Task directions
One number, and no other words, should make up the answer: how many lines of the listing contain the string "Locations".

(Beginning of Record extracts)

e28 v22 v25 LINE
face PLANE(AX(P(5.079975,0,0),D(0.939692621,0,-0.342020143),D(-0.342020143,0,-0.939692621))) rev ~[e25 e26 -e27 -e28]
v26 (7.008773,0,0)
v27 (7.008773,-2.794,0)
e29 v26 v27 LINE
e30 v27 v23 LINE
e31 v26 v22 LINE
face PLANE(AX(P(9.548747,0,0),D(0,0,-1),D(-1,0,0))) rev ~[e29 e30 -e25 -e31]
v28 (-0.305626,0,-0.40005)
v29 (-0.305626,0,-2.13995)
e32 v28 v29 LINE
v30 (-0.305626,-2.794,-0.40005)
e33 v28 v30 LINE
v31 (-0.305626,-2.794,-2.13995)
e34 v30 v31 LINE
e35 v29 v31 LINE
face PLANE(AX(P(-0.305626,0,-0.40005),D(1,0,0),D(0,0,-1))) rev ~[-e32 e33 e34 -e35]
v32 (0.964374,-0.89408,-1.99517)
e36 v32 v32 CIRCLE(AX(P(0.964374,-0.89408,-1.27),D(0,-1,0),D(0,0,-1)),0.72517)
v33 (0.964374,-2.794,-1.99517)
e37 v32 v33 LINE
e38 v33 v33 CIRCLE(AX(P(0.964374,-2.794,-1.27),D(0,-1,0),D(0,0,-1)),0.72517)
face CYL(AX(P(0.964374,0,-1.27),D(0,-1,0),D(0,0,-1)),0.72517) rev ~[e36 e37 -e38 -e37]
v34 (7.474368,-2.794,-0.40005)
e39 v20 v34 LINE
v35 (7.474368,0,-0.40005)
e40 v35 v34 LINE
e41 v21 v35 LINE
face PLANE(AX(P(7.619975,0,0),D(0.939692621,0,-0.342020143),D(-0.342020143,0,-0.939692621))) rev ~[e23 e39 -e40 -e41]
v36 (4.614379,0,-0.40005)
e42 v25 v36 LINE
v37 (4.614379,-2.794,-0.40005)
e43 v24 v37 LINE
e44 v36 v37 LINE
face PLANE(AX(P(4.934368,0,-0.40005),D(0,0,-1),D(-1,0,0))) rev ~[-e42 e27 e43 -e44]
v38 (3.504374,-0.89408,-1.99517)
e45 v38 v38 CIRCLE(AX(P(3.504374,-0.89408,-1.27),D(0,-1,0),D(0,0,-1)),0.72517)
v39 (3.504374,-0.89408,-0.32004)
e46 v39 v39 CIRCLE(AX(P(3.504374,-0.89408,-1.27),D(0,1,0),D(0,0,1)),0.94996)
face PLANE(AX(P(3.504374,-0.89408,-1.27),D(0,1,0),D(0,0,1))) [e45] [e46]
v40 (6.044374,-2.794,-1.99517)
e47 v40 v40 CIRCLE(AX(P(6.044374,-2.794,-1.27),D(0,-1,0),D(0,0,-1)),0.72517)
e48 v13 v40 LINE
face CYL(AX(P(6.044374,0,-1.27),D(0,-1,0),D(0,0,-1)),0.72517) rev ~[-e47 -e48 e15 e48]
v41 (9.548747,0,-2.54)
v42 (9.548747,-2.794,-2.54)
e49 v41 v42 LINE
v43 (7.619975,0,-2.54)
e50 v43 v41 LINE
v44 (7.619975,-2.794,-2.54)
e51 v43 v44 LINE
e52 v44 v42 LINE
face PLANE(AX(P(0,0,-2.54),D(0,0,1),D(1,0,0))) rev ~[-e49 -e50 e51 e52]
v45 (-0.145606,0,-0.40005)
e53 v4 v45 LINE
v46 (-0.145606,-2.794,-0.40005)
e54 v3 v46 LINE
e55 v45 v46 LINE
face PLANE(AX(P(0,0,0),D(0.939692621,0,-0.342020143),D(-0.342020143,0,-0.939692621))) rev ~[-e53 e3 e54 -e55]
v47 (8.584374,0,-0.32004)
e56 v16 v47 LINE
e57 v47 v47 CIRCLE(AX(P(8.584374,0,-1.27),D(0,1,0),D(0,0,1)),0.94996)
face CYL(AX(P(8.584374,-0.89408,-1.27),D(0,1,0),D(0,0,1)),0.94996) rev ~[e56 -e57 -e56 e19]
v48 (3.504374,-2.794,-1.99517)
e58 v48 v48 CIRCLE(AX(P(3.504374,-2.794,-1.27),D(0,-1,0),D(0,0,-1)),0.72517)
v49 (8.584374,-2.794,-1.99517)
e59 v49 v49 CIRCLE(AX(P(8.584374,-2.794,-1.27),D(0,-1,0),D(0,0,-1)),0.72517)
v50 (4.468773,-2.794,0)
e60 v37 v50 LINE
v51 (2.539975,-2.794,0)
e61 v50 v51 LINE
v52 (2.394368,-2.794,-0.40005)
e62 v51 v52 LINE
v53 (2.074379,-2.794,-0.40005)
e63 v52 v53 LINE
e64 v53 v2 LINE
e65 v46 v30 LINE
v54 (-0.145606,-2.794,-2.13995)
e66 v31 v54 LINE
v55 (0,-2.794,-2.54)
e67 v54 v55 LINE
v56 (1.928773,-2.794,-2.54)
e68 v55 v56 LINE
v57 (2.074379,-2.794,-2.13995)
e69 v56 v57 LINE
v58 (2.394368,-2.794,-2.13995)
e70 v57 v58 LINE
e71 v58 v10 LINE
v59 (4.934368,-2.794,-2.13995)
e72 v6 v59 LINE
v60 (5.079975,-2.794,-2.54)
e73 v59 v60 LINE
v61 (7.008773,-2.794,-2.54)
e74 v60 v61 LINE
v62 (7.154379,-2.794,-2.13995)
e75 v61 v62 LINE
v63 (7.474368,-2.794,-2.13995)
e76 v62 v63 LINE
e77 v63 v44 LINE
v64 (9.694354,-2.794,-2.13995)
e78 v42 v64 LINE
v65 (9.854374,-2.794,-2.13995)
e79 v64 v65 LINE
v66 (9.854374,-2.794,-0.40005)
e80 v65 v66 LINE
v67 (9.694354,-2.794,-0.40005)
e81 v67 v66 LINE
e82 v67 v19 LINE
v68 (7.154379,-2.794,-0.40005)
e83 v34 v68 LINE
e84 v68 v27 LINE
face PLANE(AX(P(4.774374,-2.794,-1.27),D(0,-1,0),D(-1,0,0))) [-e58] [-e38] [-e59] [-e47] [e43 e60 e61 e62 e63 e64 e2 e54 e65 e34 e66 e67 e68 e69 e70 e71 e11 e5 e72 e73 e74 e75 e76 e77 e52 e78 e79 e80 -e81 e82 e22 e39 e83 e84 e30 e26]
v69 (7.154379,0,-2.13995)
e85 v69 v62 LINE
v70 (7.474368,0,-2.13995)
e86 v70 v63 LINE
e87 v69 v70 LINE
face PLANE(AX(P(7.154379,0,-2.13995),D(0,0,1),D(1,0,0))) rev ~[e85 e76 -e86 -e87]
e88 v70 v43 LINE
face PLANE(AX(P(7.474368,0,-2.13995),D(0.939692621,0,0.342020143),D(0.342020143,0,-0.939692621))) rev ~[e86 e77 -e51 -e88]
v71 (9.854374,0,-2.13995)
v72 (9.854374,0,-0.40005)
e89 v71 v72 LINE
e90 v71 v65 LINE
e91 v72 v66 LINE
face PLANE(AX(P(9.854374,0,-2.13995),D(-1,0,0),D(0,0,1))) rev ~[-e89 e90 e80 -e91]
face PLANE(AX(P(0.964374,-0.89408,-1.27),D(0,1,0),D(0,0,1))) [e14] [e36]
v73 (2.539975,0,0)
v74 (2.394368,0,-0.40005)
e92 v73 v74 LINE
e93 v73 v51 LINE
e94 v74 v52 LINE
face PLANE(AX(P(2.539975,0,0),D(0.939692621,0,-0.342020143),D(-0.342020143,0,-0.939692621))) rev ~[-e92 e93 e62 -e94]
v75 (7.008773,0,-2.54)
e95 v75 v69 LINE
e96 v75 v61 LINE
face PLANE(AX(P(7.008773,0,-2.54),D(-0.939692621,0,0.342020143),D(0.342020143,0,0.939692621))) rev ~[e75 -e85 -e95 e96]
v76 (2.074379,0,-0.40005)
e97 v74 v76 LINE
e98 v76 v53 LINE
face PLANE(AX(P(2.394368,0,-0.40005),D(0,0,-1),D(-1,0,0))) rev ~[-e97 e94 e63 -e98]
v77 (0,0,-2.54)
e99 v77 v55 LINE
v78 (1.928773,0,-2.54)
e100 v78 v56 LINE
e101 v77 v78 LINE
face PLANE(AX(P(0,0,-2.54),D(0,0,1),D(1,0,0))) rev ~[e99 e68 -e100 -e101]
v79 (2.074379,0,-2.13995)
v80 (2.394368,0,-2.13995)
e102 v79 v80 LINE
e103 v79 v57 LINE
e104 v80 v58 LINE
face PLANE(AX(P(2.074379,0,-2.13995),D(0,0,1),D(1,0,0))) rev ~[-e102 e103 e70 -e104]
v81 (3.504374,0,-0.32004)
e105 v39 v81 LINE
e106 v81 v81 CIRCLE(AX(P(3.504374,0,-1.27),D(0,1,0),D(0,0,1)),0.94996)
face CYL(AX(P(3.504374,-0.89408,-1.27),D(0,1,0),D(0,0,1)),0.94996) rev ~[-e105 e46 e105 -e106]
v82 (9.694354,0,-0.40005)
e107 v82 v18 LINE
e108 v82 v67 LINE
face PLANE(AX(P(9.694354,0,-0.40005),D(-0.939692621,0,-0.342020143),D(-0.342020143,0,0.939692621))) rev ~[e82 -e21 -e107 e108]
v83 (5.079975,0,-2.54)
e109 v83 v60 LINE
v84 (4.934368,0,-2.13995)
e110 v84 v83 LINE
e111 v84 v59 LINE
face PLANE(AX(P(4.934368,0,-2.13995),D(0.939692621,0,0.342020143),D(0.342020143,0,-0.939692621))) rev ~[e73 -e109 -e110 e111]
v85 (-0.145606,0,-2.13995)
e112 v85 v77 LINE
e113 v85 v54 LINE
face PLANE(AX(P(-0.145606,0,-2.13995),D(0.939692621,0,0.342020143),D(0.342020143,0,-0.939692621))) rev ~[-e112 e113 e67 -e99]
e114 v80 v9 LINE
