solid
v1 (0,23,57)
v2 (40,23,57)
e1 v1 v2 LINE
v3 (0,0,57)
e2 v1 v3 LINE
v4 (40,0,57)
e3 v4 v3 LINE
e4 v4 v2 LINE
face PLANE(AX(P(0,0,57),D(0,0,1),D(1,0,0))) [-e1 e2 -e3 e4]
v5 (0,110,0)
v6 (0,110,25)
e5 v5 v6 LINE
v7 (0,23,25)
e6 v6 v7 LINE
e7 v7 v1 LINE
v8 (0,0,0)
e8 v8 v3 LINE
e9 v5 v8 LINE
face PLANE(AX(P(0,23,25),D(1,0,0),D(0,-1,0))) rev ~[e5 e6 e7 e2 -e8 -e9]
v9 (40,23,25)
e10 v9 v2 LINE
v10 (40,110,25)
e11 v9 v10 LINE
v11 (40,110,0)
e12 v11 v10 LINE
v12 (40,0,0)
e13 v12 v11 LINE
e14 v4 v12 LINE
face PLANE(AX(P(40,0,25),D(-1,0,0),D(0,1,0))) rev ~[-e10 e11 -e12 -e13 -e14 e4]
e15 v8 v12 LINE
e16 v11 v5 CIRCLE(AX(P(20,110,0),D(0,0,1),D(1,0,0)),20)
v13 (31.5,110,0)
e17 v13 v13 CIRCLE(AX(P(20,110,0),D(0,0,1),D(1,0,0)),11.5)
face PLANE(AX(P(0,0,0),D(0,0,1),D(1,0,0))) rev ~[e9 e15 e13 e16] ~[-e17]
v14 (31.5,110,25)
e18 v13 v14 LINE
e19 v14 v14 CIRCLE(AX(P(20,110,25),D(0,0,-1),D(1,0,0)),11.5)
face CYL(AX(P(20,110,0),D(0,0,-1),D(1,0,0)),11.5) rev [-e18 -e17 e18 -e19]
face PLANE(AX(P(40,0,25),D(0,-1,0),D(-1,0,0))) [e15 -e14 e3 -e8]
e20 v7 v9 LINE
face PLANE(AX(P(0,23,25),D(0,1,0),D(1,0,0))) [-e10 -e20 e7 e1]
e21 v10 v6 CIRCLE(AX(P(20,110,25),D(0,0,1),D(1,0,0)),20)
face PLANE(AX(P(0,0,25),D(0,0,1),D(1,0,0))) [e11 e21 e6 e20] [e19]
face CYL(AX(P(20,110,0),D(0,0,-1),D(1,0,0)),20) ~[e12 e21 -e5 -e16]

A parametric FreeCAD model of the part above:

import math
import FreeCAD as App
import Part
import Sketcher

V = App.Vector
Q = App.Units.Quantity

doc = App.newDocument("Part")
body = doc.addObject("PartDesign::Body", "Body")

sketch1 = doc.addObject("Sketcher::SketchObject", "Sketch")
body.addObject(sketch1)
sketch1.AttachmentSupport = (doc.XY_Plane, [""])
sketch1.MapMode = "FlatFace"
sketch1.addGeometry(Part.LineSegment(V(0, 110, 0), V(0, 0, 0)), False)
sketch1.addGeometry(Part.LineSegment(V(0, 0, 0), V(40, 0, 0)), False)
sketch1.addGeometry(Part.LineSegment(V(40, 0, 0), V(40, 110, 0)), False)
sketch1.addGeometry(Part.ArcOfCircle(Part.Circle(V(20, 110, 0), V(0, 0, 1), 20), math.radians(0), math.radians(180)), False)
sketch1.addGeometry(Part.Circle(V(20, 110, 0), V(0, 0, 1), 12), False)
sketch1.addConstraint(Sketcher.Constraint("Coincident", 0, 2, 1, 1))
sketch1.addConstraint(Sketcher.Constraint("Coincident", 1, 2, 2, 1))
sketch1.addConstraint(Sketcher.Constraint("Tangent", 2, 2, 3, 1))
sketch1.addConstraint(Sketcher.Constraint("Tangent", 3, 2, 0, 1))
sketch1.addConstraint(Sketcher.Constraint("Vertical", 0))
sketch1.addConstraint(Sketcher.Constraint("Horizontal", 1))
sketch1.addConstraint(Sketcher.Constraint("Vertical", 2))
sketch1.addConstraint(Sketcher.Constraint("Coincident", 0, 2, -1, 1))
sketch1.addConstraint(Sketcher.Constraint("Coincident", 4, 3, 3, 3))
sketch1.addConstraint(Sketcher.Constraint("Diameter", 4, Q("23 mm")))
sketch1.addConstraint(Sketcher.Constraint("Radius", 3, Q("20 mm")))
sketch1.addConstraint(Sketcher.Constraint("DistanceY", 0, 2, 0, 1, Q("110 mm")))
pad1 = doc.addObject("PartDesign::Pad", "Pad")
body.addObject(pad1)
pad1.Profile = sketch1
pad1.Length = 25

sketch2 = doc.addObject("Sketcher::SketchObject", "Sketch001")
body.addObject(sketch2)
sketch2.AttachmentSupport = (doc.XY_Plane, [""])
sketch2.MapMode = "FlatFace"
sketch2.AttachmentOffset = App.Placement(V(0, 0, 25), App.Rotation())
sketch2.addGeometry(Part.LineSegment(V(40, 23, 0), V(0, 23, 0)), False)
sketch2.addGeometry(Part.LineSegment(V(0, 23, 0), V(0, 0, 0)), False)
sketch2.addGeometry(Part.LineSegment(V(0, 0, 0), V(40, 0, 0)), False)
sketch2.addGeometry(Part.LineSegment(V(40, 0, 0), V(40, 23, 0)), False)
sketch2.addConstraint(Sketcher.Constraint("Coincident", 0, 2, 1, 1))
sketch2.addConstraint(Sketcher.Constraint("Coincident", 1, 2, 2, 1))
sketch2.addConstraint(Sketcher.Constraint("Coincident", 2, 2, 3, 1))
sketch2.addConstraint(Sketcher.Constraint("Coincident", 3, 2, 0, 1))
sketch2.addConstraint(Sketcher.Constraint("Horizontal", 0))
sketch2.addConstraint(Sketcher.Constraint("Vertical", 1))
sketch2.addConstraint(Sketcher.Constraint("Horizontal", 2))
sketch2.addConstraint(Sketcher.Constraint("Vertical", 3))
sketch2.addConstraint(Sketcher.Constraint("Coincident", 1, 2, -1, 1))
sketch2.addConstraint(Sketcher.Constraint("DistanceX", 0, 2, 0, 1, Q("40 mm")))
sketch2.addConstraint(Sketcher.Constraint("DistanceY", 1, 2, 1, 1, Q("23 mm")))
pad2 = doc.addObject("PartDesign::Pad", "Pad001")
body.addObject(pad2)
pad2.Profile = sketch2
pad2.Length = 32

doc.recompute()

(End of Record extracts)
(Beginning of Record extracts)

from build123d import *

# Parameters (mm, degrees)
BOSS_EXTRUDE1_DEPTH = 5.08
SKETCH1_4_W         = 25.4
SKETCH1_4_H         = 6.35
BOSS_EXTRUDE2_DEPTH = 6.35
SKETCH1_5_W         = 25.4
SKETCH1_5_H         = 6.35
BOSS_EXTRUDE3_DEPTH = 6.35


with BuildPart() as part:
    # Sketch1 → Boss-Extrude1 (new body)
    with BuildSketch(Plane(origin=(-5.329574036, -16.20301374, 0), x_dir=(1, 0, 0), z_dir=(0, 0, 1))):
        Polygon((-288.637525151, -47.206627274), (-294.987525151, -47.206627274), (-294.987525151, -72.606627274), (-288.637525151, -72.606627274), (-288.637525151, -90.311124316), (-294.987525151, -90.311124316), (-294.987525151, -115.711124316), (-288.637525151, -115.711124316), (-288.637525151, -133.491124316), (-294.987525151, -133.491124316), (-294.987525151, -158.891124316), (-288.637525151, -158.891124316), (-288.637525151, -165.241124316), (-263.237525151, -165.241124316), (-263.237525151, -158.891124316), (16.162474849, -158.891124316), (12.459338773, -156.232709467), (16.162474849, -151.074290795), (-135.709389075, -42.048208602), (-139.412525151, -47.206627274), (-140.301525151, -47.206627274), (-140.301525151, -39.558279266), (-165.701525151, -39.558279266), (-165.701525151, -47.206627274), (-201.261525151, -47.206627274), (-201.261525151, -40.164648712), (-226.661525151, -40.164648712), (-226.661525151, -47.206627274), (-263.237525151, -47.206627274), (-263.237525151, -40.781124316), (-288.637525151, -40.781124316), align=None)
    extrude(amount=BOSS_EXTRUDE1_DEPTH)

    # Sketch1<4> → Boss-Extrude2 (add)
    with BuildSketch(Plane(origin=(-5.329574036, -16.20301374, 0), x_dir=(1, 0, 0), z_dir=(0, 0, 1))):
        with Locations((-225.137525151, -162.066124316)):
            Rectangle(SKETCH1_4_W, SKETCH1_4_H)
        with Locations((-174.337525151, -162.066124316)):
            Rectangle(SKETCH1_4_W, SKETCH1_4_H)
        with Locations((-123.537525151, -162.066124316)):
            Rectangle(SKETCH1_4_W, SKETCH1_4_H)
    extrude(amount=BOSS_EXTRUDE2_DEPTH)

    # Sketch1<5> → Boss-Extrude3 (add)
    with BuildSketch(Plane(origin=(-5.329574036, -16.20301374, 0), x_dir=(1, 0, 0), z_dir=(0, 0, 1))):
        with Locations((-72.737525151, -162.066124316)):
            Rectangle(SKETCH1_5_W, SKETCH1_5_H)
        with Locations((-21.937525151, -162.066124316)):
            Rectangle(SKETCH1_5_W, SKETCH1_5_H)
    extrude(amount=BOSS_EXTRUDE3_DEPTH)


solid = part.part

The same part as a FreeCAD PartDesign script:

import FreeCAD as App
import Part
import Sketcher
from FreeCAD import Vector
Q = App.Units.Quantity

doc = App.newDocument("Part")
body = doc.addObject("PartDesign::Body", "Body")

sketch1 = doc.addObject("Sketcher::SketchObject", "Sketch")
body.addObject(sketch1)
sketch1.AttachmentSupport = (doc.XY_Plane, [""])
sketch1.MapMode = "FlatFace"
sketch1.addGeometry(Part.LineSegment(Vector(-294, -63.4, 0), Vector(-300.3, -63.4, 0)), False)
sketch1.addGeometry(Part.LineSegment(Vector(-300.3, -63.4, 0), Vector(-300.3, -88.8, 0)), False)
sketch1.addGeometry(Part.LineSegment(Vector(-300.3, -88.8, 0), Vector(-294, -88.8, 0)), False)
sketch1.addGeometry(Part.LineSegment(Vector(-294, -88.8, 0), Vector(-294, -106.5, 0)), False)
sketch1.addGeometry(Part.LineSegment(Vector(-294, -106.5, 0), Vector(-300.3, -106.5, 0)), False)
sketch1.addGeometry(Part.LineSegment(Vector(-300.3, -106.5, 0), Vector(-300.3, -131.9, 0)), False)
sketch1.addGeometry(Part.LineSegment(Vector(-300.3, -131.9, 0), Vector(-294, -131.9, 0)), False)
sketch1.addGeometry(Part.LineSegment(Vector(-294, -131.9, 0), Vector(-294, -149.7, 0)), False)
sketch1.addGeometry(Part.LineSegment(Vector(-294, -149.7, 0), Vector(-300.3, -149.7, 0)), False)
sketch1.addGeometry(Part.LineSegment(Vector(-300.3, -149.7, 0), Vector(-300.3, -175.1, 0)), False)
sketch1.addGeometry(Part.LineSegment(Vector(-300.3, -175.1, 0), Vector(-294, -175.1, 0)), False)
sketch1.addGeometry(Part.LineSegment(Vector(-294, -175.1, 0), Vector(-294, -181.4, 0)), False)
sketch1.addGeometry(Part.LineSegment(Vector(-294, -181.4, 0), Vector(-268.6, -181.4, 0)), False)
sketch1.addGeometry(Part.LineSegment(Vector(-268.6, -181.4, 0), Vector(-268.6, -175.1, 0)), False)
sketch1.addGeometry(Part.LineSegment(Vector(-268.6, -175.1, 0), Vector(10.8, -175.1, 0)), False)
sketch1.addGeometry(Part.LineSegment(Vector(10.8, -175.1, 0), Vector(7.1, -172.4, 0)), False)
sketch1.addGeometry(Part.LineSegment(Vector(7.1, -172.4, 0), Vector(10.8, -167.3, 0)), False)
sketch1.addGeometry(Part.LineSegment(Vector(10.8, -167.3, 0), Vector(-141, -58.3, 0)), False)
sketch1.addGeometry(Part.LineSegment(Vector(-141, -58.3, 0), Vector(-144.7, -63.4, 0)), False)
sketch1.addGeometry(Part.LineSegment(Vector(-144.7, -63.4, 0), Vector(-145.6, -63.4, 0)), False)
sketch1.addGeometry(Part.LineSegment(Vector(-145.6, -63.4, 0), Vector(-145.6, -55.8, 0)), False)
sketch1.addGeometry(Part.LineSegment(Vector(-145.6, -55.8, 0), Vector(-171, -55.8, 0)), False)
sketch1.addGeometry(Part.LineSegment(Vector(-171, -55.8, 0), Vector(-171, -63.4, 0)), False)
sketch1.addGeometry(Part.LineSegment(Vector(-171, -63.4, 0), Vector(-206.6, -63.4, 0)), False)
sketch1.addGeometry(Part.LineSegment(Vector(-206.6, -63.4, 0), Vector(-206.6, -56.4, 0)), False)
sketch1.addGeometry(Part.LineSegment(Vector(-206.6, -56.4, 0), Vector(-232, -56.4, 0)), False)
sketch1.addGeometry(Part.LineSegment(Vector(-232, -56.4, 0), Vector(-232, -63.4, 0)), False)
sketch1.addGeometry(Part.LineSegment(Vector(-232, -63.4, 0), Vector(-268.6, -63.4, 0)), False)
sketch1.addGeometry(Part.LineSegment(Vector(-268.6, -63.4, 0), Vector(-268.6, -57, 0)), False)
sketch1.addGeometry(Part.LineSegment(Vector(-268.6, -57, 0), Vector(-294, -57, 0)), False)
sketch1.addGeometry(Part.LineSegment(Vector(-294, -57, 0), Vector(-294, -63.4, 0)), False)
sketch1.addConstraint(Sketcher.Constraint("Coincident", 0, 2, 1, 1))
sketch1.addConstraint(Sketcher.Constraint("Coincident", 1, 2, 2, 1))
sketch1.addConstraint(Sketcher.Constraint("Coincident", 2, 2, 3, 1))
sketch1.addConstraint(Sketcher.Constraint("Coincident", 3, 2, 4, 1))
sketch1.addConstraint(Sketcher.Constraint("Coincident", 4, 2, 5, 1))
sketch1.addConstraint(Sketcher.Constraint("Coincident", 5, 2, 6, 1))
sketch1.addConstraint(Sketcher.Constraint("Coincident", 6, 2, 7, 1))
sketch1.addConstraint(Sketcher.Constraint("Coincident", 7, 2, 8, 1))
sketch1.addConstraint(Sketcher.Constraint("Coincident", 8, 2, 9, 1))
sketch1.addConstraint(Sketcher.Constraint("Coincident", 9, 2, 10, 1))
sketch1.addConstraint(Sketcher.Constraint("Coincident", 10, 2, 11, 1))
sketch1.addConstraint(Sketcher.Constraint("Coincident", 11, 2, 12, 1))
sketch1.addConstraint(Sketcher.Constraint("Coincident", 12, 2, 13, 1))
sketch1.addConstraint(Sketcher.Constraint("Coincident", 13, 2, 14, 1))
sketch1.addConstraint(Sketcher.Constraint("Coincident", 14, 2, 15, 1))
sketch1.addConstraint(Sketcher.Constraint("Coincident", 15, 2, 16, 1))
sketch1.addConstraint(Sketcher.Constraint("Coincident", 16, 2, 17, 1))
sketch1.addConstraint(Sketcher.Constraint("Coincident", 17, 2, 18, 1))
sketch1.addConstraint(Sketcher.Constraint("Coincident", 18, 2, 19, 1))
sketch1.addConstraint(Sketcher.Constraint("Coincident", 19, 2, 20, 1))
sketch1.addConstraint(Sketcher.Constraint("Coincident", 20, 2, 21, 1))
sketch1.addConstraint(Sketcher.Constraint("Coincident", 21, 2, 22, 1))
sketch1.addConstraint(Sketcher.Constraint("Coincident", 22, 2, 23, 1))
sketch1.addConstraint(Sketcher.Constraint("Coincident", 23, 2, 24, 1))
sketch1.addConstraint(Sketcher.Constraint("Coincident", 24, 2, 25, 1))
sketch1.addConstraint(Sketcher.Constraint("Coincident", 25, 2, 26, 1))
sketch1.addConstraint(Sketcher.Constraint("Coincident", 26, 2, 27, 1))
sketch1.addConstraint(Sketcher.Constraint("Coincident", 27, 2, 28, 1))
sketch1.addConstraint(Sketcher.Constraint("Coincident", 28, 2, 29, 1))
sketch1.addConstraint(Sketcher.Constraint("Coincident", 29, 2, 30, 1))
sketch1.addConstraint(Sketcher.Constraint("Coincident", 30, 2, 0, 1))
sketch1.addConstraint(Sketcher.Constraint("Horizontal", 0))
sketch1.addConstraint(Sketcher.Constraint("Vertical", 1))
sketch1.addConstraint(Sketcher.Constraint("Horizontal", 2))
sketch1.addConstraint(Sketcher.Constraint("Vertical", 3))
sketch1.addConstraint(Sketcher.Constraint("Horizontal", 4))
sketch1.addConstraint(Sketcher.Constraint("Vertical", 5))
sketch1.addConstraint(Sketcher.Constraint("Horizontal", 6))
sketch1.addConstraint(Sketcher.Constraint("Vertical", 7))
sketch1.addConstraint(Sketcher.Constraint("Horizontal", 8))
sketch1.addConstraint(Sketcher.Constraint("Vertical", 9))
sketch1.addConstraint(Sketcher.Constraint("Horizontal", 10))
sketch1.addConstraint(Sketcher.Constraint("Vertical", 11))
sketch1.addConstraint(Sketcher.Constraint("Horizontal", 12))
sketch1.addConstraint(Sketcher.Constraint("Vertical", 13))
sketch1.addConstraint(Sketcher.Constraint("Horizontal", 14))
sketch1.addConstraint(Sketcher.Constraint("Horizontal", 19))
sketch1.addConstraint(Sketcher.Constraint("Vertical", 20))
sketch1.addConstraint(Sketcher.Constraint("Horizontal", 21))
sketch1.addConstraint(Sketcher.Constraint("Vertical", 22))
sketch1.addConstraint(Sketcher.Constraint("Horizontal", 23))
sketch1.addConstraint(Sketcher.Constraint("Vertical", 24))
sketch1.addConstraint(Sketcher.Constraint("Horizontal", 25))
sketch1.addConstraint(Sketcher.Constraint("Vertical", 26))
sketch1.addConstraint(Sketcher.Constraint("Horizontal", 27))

(End of Record extracts)

Final answer
5